The government has approved around £330 million to cover the cost of implementing post-area review changes so far.

The figure, which amounts to 45 per cent of the £726 million on offer, was revealed in the latest Education and Skills Funding Agency progress report on the restructuring facility, which closed last month.

Although it is less than half of what is on offer, the final figure is expected to increase as last minute applications are signed off.

Up to 21 colleges have been approved to receive compensatory VAT funding

But it is likely that hundreds of millions from the fund will go unused.

Today’s announcement said that 76 applications have been received. A total of 30 of them were made from 31 sixth form colleges “expressing plans to convert to academy status”, but the “majority have not been allocated any funding to support this conversion”.

The ESFA received 46 applications to support restructuring within the college sector, but only 23 “have been approved to date”.

“From the restructuring facility, up to 21 colleges have been approved to receive compensatory VAT funding if the liability arises and funding has been provided for transition grants,” today’s update said.

It added: “The total allocation of restructuring facility funding is approximately £330 million. Total spend so far is approximately £226 million.”

Case summaries of providers that agreed restructuring funding prior to December 31, 2017, were also published today. You can find out who these are here.  Today’s announcement doesn’t however give details of which colleges have since received cash nor how much.

The restructuring facility, administered by the ESFA’s transaction unit, was designed to help colleges implement area review changes but has increasingly being used to support colleges in dire financial straits.

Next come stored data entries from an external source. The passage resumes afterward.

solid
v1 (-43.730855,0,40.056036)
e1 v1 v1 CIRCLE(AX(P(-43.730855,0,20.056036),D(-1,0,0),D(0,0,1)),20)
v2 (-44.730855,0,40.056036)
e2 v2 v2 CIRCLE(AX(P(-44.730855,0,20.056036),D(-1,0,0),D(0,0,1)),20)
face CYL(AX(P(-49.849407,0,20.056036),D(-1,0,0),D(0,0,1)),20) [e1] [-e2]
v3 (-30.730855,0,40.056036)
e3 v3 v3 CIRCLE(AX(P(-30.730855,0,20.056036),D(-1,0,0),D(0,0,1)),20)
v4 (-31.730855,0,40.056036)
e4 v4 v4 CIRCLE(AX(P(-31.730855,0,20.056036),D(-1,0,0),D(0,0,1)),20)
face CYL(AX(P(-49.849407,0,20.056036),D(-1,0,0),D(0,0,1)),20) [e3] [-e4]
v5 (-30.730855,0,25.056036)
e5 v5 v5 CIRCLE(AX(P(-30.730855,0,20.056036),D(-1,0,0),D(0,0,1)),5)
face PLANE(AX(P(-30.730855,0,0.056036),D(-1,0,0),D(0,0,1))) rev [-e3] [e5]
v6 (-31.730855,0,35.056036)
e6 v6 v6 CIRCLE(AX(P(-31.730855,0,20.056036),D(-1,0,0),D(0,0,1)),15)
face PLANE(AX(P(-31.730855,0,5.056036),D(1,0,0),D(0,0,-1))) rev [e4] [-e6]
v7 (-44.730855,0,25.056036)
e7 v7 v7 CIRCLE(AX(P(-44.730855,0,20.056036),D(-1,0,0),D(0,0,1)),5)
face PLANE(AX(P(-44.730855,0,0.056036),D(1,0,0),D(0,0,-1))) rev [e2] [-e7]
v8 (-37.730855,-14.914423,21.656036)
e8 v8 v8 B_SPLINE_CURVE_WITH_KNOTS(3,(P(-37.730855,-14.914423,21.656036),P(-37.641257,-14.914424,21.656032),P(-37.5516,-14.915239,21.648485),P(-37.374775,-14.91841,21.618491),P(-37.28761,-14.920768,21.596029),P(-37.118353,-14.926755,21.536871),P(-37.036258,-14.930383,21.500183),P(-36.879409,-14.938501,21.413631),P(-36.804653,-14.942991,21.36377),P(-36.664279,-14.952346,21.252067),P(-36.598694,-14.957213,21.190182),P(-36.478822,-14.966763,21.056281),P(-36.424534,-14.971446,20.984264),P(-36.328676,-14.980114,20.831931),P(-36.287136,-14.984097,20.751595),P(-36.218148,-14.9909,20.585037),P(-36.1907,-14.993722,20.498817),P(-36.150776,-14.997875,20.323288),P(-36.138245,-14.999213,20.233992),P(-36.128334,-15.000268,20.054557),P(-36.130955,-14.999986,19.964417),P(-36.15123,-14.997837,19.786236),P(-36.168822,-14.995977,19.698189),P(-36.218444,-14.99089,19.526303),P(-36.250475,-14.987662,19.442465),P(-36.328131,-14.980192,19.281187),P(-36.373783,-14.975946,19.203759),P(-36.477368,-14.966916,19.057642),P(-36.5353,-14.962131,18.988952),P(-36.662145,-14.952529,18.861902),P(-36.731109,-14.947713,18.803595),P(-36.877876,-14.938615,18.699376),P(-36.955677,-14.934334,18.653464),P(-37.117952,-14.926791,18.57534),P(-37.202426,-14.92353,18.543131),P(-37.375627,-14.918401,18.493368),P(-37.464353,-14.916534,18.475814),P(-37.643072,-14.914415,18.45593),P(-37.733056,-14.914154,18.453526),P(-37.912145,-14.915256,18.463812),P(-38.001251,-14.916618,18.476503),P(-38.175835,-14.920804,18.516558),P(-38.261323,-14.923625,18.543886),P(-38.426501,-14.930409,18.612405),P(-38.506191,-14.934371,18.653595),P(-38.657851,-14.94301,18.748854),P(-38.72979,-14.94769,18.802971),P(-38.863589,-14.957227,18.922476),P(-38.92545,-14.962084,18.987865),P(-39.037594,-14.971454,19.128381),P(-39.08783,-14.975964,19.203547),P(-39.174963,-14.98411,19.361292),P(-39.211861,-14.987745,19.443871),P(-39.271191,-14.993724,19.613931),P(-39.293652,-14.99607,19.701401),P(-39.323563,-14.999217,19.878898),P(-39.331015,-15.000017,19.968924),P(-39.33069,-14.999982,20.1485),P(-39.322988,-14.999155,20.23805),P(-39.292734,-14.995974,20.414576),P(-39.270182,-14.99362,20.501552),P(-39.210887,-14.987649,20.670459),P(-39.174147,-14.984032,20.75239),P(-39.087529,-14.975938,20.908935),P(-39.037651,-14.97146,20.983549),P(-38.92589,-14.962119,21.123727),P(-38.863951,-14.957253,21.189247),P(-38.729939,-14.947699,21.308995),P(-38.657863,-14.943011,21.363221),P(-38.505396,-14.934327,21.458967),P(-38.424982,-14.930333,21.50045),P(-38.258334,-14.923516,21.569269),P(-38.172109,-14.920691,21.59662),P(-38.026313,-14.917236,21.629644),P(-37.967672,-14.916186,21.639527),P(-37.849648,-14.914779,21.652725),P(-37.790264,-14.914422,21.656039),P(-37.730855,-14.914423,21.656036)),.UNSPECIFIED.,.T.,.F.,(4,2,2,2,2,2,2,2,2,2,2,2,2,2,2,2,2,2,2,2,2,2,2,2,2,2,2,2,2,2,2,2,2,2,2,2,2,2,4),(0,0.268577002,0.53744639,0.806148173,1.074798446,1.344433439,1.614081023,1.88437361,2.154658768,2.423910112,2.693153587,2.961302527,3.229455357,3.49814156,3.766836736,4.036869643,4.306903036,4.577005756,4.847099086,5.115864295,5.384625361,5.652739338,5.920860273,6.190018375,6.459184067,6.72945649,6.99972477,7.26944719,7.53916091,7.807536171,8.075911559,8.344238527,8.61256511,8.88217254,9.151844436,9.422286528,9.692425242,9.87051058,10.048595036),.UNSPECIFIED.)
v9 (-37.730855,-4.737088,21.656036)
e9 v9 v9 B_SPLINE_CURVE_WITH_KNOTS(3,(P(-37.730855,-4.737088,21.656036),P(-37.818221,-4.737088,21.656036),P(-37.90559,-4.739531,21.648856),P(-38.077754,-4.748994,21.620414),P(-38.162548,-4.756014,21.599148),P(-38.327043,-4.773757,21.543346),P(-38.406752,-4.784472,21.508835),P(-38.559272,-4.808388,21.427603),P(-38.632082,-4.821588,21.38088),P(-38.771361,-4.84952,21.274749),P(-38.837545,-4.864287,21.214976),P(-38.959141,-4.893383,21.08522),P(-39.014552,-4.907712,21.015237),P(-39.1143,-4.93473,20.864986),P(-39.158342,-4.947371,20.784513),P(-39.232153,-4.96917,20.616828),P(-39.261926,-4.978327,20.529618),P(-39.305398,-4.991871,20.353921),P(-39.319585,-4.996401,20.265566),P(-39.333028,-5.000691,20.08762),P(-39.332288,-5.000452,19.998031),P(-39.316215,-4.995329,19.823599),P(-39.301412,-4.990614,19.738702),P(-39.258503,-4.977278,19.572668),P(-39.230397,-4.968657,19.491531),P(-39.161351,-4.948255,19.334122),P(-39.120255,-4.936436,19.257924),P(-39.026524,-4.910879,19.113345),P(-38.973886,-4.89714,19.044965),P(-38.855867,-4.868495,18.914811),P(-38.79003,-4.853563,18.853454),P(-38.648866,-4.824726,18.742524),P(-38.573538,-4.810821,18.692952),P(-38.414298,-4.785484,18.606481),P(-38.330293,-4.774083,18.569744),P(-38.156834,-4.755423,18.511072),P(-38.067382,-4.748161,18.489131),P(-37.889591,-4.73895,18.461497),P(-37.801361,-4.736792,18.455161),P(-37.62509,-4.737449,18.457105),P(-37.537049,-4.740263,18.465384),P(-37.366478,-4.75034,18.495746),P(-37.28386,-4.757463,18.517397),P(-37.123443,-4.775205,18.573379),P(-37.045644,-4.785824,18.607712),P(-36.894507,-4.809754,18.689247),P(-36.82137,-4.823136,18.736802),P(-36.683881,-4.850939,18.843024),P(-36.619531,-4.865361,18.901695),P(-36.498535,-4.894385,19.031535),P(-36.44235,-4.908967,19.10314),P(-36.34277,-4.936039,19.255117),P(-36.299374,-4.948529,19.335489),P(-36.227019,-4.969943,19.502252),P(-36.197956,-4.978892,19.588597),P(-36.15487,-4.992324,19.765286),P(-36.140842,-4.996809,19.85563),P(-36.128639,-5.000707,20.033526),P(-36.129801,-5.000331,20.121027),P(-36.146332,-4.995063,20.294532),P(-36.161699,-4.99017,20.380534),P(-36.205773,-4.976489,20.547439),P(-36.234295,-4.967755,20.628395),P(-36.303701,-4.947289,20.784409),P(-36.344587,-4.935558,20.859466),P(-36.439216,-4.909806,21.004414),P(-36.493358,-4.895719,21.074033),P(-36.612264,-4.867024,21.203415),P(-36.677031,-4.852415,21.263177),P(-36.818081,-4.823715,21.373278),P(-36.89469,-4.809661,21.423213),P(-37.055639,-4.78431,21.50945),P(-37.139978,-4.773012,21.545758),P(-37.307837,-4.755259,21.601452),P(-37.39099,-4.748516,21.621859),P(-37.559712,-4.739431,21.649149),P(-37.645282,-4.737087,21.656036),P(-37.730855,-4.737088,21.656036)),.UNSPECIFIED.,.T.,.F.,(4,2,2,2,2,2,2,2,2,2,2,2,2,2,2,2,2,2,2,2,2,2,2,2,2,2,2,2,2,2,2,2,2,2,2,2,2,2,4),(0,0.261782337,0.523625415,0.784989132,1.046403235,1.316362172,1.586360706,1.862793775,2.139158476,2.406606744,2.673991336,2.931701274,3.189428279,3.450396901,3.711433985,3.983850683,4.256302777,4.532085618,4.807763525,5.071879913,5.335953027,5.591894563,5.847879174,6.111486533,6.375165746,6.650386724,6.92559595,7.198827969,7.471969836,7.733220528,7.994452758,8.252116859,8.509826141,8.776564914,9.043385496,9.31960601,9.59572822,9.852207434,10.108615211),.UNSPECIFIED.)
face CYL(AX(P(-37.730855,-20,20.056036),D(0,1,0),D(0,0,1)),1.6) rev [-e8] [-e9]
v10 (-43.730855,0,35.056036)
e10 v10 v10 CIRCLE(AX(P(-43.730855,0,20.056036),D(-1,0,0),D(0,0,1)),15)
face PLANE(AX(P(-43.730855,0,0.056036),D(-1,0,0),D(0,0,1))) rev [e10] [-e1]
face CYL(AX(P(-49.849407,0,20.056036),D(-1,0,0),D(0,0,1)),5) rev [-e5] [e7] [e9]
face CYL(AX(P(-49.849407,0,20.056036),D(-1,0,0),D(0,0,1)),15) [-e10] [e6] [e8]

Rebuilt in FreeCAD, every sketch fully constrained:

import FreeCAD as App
import Part
import Sketcher

V = App.Vector


def add_polygon(sketch, points):
    """Adds a closed chain of lines whose ends are joined by coincident constraints."""
    first, n = sketch.GeometryCount, len(points)
    for a, b in zip(points, points[1:] + points[:1]):
        sketch.addGeometry(Part.LineSegment(App.Vector(*a, 0), App.Vector(*b, 0)), False)
    for i in range(n):
        sketch.addConstraint(Sketcher.Constraint("Coincident", first + i, 2, first + (i + 1) % n, 1))

doc = App.newDocument("Part")
body = doc.addObject("PartDesign::Body", "Body")

# Sketch on XZ plane
sketch1 = doc.addObject("Sketcher::SketchObject", "Sketch")
body.addObject(sketch1)
sketch1.AttachmentSupport = (doc.XZ_Plane, [""])
sketch1.MapMode = "FlatFace"
add_polygon(sketch1, [(-44.7, 0.1), (-44.7, 15.1), (-30.7, 15.1), (-30.7, 0.1), (-31.7, 0.1), (-31.7, 5.1), (-43.7, 5.1), (-43.7, 0.1)])  # lines 0-7
sketch1.addGeometry(Part.LineSegment(V(-44.7, 20.1, 0), V(-30.7, 20.1, 0)), True)  # axis
sketch1.addConstraint(Sketcher.Constraint("Vertical", 0))
sketch1.addConstraint(Sketcher.Constraint("Horizontal", 1))
sketch1.addConstraint(Sketcher.Constraint("Vertical", 2))
sketch1.addConstraint(Sketcher.Constraint("Horizontal", 3))
sketch1.addConstraint(Sketcher.Constraint("Vertical", 4))
sketch1.addConstraint(Sketcher.Constraint("Horizontal", 5))
sketch1.addConstraint(Sketcher.Constraint("Vertical", 6))
sketch1.addConstraint(Sketcher.Constraint("Horizontal", 7))
sketch1.addConstraint(Sketcher.Constraint("Horizontal", 8))
sketch1.addConstraint(Sketcher.Constraint("Horizontal", 3, 2, 6, 2))
sketch1.addConstraint(Sketcher.Constraint("Vertical", 7, 2, 8, 1))
sketch1.addConstraint(Sketcher.Constraint("Vertical", 2, 2, 8, 2))
sketch1.addConstraint(Sketcher.Constraint("Equal", 3, 7))
sketch1.addConstraint(Sketcher.Constraint("DistanceX", 1, 1, 1, 2, 14.0))
sketch1.addConstraint(Sketcher.Constraint("DistanceX", 3, 2, 3, 1, 1.0))
sketch1.addConstraint(Sketcher.Constraint("DistanceY", 0, 1, 0, 2, 15.0))
sketch1.addConstraint(Sketcher.Constraint("DistanceY", 4, 1, 4, 2, 5.0))
sketch1.addConstraint(Sketcher.Constraint("DistanceY", 0, 2, 8, 1, 5.0))
sketch1.addConstraint(Sketcher.Constraint("DistanceX", 0, 2, -1, 1, 44.730855))
sketch1.addConstraint(Sketcher.Constraint("DistanceY", -1, 1, 0, 2, 15.056036))
revolution = doc.addObject("PartDesign::Revolution", "Revolution")
body.addObject(revolution)
revolution.Profile = sketch1
revolution.ReferenceAxis = (sketch1, ["Axis0"])
revolution.Angle = 360

# Sketch on XZ plane
sketch2 = doc.addObject("Sketcher::SketchObject", "Sketch001")
body.addObject(sketch2)
sketch2.AttachmentSupport = (doc.XZ_Plane, [""])
sketch2.MapMode = "FlatFace"
sketch2.addGeometry(Part.Circle(V(-37.7, 20.1, 0), V(0, 0, 1), 1.6), False)
sketch2.addConstraint(Sketcher.Constraint("Diameter", 0, 3.2))
sketch2.addConstraint(Sketcher.Constraint("DistanceX", 0, 3, -1, 1, 37.730855))
sketch2.addConstraint(Sketcher.Constraint("DistanceY", -1, 1, 0, 3, 20.056036))
pocket1 = doc.addObject("PartDesign::Pocket", "Pocket")
body.addObject(pocket1)
pocket1.Profile = sketch2
pocket1.Type = "ThroughAll"
pocket1.Reversed = True

doc.recompute()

The application deadline was September 28 – although colleges will have until March next year to spend the cash.

In an updated guidance document for applying to the restructuring facility, the ESFA said last month that in order to ensure the “objectives of the programme can be best realised by March 2019 it is important that we prioritise funding to support those colleges and proposals that provide the greatest contribution to the restructuring facility objectives”.

“We are unlikely to be able to support all requests for funding,” it added.

“This might be because: the nature and type of funding required cannot be spent by March 2019; or the deal would need to be structured in a way that falls outside of the scope of available resources; or the proposal does not offer sufficient value for money.”

FE Week has previously reported on a number of colleges in dire straits that have received multimillion-pound handouts from the fund.

We are unlikely to be able to support all requests for funding

These include Hull College, which reportedly received £54 million from the fund earlier this year.

And include Lambeth College, which was expecting £25 million to pay off its exceptional financial support and bank loans, according to its 2016/17 accounts.

Despite these example, skills minister Anne Milton denied that the cash is being used as a bailout fund.

“This funding is not about propping up failing colleges,” she told FE Week in April. “Funding from the restructuring facility is only available after a rigorous assessment to help implement changes which will result in sustainable, effective institutions.”

The last update about the restructuring facility was released in April and showed that at that time over £300 million had been approved for 19 “significant” applications.

When the restructuring facility was first announced in 2016, the then-skills minister Nick Boles told colleges they would be “basically on your own” once the fund had been used up, without the “same level of ad hoc support” they had previously had access to.